I find AWS documentation to be one of the best out there. Consistent across all their products, very detailed and easy to navigate. I am curious what you found to be lacking in their docs.
sample output/responses is almost always lacking, I usually need to perform an a cli call to see what the output will be.
Their error messages/codes seem to vary with time / aren't consistent / aren't documented. There are about five different messages I get if my token has timed out I've seen.
And I'm mostly an ec2/s3/r53 user, aka the oldest apis. What are the other ones like?
For example a document explaining how to implement the least privilege principle for what any customer wants to on their platform. Well, I know the answer, there is no way for a customer to achieve this, so you have to engage the support.
It's been a while and I don't have the frustrations written up. However, implicit in "we're starting our own SO" is the recognition that the docs aren't enough.
In a world of suspended accounts and banning with no recourse, that seems like a setup. Say the wrong thing and you and all your EC2 instances and all the rest of your AWS usage is suspended? Hopefully they've worked out a workable policy for this.
One wrinkle though is NDA'd information. It becomes very difficult to help with certain AWS issues without access to implementation details which they hide behind NDAs. This information is critical for dealing with a certain class of problem. Some answers will have to be very circumspect to the point of being unhelpful without access to the NDA'd information.
> Help my Redshift loads aren't working because <details>!
> Umm... yeah don't do that, do <fix> but I can't tell you why that fixes it or any information to help you reason about the system to avoid similar problems in the future. (But you can hire me as a consultant!)"
I think AWS has become the walmart of tech, or at least how I view walmart via popular media as an outsider of America. I don't know exactly what it is, but the vendor lock-in (in this case community lock-in), the extravagant and insular corporate events and tiers of users, the endless attempts at making everyone into a cog for their machine, the complete lack of self-awareness (from them and their evangelists) at how corporate-dystopian and drab they come across.
In my opinion, don't give Amazon a second of your free time unless they're paying you.
Dump question I guess, but I would like to follow what is said in the security & compliance section. There is a button "follow" that redirects me to a login page.
I am supposed to provide credentials to either a "root" account or an "IAM" account.
Assuming I have neither, I do not use AWS by myself and just want to take part in the discussion forums, should I create a root account or an IAM account?
This is good, hopefully it makes it easier for internal team members to communicate with customers to resolve issues - the internal system has been very cumbersome
What's bad for the community? If people are building things with AWS I prefer that they're productive with it. If this helps developer productivity then that seems like a win.

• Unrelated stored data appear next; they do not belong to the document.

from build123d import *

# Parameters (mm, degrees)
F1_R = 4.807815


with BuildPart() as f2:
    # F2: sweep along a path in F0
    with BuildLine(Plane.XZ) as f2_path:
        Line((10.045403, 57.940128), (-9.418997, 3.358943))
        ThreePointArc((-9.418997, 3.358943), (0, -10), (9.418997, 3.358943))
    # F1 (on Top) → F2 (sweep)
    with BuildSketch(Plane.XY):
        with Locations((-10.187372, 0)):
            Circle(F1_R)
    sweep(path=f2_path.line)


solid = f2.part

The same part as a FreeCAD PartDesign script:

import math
import FreeCAD as App
import Part
import Sketcher
Q = App.Units.Quantity

doc = App.newDocument("Part")
params = doc.addObject("Spreadsheet::Sheet", "Params")
for row, (alias, value) in enumerate([
    ("sketch2_radius", "10 mm"),
], start=1):
    params.set(f"A{row}", alias)
    params.set(f"B{row}", "=" + value)
    params.setAlias(f"B{row}", alias)

body = doc.addObject("PartDesign::Body", "Body")

# Sketch on XY plane
sketch1 = doc.addObject("Sketcher::SketchObject", "Sketch")
body.addObject(sketch1)
sketch1.AttachmentSupport = (doc.XY_Plane, [""])
sketch1.MapMode = "FlatFace"
sketch1.addGeometry(Part.Circle(App.Vector(-10.2, 0, 0), App.Vector(0, 0, 1), 4.8), False)
sketch1.addConstraint(Sketcher.Constraint("PointOnObject", 0, 3, -1))
sketch1.addConstraint(Sketcher.Constraint("Diameter", 0, Q("9.61563 mm")))
sketch1.addConstraint(Sketcher.Constraint("DistanceX", 0, 3, -1, 1, Q("10.187372 mm")))

# Sketch on XZ plane
sketch2 = doc.addObject("Sketcher::SketchObject", "Sketch001")
body.addObject(sketch2)
sketch2.AttachmentSupport = (doc.XZ_Plane, [""])
sketch2.MapMode = "FlatFace"
sketch2.addGeometry(Part.LineSegment(App.Vector(10, 58, 0), App.Vector(-9, 3, 0)), False)
sketch2.addGeometry(Part.ArcOfCircle(Part.Circle(App.Vector(0, 0, 0), App.Vector(0, 0, 1), 10), math.radians(160), math.radians(380)), False)
sketch2.addConstraint(Sketcher.Constraint("Tangent", 0, 2, 1, 1))
sketch2.addConstraint(Sketcher.Constraint("Coincident", 1, 3, -1, 1))
sketch2.addConstraint(Sketcher.Constraint("Horizontal", 0, 2, 1, 2))
sketch2.addConstraint(Sketcher.Constraint("Radius", 1, Q("10 mm")))
sketch2.addConstraint(Sketcher.Constraint("DistanceX", 0, 2, 0, 1, Q("19.4644 mm")))
sketch2.addConstraint(Sketcher.Constraint("Distance", 0, Q("57.947982 mm")))
sketch2.setExpression("Constraints[3]", "Params.sketch2_radius")
doc.recompute()

additivepipe = doc.addObject("PartDesign::AdditivePipe", "AdditivePipe")
body.addObject(additivepipe)
additivepipe.Profile = sketch1
additivepipe.Spine = (sketch2, ["Edge1", "Edge2"])

doc.recompute()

You said that it will act as a funnel for AWS services, you mean that it will encourage people to use AWS? If people feels that it gives them value then I don't see the issue. Although I don't think this would be a major factor in choosing a cloud provider (anyway I can ask any questions on SO).
I got a confirmation from AWS staff in just a few minutes:
https://www.repost.aws/questions/QUTPxjIgdcSWm6tTCacifdDg/is...
So, one thing it has going for it is official AWS staff answering questions.